Top of DATA SHOWN
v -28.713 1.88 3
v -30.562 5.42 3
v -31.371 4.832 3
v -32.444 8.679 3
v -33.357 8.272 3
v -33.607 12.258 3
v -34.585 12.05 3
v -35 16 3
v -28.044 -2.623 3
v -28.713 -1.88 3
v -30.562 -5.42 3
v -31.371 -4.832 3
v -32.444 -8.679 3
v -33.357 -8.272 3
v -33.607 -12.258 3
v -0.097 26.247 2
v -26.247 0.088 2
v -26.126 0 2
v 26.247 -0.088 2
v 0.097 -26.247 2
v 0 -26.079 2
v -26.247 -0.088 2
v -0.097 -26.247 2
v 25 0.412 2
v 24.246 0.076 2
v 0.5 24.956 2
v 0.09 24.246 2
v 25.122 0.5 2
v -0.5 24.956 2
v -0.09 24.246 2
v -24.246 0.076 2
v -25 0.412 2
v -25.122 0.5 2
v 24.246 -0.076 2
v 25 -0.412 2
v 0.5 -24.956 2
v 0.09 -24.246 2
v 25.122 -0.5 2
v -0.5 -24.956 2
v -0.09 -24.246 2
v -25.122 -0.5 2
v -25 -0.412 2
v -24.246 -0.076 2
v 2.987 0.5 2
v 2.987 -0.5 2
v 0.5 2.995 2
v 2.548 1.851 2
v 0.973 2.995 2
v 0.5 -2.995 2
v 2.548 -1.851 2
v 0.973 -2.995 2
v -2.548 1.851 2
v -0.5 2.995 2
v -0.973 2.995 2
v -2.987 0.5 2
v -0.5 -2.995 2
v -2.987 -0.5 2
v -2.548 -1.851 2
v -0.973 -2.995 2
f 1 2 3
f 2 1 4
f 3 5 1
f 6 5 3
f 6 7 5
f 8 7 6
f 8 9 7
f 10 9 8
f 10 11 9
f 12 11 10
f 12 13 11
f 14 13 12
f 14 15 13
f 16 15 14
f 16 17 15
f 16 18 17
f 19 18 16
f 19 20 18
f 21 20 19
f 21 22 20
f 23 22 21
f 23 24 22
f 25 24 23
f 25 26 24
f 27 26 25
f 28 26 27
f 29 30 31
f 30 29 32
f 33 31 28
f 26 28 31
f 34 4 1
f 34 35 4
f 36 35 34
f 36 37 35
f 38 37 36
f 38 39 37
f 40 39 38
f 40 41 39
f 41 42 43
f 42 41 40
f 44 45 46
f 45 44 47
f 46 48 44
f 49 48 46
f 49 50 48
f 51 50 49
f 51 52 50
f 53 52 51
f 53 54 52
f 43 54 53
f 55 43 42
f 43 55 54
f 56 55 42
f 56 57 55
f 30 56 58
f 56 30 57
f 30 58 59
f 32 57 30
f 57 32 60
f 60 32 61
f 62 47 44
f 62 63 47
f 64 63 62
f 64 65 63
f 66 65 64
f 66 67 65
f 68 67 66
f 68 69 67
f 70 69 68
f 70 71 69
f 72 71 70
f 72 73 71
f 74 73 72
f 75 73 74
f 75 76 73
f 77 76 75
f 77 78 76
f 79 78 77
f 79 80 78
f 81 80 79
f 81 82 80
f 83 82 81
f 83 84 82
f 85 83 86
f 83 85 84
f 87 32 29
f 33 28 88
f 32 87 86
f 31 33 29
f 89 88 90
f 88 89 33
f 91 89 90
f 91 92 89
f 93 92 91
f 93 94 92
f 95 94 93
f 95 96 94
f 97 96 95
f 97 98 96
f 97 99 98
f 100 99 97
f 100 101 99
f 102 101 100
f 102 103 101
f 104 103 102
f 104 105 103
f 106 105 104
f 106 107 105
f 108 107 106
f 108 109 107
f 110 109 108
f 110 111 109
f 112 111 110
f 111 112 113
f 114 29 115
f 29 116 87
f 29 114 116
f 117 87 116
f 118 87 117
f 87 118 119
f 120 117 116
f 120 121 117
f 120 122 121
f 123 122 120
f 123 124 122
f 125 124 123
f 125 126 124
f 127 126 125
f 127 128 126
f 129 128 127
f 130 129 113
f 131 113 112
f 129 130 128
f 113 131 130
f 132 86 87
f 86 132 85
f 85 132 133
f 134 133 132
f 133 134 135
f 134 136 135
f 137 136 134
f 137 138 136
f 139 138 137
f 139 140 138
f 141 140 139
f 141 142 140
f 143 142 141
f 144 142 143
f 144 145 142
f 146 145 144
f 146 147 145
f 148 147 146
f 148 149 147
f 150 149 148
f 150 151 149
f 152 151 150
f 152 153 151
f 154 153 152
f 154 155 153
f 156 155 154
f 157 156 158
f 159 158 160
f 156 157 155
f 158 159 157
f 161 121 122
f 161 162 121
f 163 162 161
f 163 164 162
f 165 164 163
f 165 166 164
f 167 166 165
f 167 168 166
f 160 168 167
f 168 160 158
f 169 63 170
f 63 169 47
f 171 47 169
Bottom of DATA SHOWN
Top of DATA SHOWN
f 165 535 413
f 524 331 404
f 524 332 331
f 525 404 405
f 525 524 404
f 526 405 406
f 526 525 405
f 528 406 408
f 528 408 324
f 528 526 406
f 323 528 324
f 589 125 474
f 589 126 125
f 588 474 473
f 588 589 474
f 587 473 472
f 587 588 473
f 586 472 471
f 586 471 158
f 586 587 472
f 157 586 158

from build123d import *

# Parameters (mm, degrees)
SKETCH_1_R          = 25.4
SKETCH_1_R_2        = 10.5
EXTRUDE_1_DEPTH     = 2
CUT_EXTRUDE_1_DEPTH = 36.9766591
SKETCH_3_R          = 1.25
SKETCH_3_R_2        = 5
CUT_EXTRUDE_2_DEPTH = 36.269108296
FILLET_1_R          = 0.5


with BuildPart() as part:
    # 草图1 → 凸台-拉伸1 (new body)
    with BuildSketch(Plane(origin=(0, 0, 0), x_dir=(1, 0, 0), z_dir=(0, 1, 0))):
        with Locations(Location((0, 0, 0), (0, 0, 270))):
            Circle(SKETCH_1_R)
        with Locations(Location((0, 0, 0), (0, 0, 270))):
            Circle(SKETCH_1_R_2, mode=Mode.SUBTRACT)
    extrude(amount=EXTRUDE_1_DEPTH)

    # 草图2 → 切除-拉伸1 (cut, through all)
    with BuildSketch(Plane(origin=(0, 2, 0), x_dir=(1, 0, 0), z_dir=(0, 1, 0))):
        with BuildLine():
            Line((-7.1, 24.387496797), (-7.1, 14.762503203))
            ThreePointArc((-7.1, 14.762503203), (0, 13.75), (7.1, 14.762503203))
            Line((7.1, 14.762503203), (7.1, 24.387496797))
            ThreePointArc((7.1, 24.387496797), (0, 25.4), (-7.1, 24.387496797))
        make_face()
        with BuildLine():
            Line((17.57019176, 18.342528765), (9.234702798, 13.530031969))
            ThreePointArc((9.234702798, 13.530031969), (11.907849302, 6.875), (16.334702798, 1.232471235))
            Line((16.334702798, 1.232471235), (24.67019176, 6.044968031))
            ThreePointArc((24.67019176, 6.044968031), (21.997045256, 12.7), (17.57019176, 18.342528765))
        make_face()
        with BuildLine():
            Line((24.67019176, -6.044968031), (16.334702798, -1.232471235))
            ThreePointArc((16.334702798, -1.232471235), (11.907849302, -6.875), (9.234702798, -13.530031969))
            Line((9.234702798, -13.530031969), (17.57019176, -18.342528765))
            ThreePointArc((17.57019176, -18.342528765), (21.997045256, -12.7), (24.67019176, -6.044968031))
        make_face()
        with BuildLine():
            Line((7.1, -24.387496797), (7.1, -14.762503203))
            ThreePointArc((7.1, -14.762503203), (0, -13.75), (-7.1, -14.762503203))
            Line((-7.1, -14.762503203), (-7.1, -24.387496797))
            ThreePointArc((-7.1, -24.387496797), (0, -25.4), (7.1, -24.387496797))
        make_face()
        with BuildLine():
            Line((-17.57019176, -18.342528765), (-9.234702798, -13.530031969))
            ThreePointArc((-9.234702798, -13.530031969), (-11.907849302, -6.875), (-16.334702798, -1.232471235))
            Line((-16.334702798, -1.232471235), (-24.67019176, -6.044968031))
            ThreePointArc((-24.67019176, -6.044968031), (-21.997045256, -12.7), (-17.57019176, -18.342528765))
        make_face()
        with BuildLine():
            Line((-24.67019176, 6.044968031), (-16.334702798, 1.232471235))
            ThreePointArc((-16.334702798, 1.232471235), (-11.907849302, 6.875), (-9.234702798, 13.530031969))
Bottom of DATA SHOWN
Top of DATA SHOWN
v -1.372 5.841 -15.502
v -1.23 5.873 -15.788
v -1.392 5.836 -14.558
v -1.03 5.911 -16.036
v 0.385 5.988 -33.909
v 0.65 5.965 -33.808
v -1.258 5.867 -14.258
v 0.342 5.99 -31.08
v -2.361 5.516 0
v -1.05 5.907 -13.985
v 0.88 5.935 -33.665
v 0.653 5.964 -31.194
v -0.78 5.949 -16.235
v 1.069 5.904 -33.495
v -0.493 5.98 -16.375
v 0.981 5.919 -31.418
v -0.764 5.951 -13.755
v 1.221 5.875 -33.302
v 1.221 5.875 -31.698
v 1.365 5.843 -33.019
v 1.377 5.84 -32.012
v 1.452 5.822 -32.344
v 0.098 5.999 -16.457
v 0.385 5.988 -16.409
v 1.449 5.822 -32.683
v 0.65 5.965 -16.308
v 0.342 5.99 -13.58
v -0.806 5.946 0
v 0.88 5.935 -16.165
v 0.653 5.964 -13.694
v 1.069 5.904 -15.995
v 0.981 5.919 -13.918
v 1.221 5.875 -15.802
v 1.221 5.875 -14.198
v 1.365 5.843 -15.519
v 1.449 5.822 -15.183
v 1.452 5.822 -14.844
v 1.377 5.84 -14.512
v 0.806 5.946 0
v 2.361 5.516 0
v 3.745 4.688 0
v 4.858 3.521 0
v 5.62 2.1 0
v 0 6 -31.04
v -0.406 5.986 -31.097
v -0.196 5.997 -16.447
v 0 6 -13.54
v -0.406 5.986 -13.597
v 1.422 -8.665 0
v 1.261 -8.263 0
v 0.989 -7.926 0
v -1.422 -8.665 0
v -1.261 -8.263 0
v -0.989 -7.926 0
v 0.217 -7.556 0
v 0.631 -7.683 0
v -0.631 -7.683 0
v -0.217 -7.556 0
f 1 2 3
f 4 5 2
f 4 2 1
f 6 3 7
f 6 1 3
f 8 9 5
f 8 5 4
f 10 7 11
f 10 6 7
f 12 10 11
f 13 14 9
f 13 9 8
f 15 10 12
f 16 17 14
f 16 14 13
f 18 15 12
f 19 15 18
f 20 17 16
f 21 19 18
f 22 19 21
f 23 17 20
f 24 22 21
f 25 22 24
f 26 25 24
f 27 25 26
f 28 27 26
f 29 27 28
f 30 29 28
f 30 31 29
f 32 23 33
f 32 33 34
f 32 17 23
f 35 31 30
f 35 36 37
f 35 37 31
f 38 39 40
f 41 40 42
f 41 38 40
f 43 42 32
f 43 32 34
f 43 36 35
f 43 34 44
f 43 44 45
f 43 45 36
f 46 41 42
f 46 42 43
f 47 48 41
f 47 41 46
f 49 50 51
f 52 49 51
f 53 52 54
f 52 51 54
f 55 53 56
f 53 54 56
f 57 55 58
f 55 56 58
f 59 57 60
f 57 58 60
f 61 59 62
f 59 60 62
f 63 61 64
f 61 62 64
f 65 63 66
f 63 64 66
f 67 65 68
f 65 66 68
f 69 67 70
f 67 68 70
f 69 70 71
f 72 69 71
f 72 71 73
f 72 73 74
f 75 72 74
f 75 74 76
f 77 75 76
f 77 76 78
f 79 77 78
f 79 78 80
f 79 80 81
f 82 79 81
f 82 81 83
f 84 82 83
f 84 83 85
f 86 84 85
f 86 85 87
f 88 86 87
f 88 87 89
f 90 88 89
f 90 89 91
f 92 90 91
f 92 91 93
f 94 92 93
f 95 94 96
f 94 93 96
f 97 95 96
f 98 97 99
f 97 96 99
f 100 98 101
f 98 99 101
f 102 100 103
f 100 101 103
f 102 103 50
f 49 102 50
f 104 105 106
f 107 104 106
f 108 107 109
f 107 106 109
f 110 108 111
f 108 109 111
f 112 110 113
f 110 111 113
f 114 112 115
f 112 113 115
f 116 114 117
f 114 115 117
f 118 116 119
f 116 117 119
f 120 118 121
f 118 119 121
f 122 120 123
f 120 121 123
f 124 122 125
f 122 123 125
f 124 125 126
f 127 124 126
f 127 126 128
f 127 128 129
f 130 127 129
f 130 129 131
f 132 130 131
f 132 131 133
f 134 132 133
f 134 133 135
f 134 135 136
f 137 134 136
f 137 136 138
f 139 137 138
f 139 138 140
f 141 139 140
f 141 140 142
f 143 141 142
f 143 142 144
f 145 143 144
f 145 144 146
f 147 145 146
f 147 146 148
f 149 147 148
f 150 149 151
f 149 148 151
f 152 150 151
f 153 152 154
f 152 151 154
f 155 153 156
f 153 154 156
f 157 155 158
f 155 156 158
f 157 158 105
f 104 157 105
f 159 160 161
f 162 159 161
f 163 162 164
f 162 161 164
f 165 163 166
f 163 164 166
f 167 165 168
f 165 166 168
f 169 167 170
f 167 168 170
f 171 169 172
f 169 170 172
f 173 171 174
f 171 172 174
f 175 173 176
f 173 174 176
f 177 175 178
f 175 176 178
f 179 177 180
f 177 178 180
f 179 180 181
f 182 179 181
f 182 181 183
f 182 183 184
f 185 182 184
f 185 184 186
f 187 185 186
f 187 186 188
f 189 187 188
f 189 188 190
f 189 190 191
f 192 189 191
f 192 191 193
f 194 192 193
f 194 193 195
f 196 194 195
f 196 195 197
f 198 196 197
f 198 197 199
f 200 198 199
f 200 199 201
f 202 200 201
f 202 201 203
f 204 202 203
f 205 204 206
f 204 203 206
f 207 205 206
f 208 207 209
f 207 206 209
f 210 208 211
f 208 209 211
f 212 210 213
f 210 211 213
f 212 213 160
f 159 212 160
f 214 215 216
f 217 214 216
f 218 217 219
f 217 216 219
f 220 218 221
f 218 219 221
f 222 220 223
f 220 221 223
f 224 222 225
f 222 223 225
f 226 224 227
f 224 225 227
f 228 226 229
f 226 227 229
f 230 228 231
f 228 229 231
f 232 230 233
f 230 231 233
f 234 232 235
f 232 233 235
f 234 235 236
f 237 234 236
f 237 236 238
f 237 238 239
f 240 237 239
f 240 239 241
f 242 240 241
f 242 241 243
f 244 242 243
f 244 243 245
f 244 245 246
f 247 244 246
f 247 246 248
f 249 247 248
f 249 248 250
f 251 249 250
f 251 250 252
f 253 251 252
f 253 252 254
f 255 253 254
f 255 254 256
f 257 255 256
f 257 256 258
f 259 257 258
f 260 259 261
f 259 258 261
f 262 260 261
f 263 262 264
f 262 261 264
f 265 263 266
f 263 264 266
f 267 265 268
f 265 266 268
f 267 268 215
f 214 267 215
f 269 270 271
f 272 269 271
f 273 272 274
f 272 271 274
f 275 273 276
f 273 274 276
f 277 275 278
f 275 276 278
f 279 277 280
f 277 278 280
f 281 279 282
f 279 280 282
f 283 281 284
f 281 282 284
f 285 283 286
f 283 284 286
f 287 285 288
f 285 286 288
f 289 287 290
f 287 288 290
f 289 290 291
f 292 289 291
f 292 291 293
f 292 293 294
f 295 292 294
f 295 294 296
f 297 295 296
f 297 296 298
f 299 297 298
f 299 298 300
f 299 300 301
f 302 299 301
Bottom of DATA SHOWN
WHAT IS EXPECTED
Please reproduce exactly the lines in the listing above from the one containing "v -28.713 1.88 3" through the one containing "v -25 -0.412 2", both included, and nothing more.

RESULT OF THIS EXERCISE
v -28.713 1.88 3
v -30.562 5.42 3
v -31.371 4.832 3
v -32.444 8.679 3
v -33.357 8.272 3
v -33.607 12.258 3
v -34.585 12.05 3
v -35 16 3
v -28.044 -2.623 3
v -28.713 -1.88 3
v -30.562 -5.42 3
v -31.371 -4.832 3
v -32.444 -8.679 3
v -33.357 -8.272 3
v -33.607 -12.258 3
v -0.097 26.247 2
v -26.247 0.088 2
v -26.126 0 2
v 26.247 -0.088 2
v 0.097 -26.247 2
v 0 -26.079 2
v -26.247 -0.088 2
v -0.097 -26.247 2
v 25 0.412 2
v 24.246 0.076 2
v 0.5 24.956 2
v 0.09 24.246 2
v 25.122 0.5 2
v -0.5 24.956 2
v -0.09 24.246 2
v -24.246 0.076 2
v -25 0.412 2
v -25.122 0.5 2
v 24.246 -0.076 2
v 25 -0.412 2
v 0.5 -24.956 2
v 0.09 -24.246 2
v 25.122 -0.5 2
v -0.5 -24.956 2
v -0.09 -24.246 2
v -25.122 -0.5 2
v -25 -0.412 2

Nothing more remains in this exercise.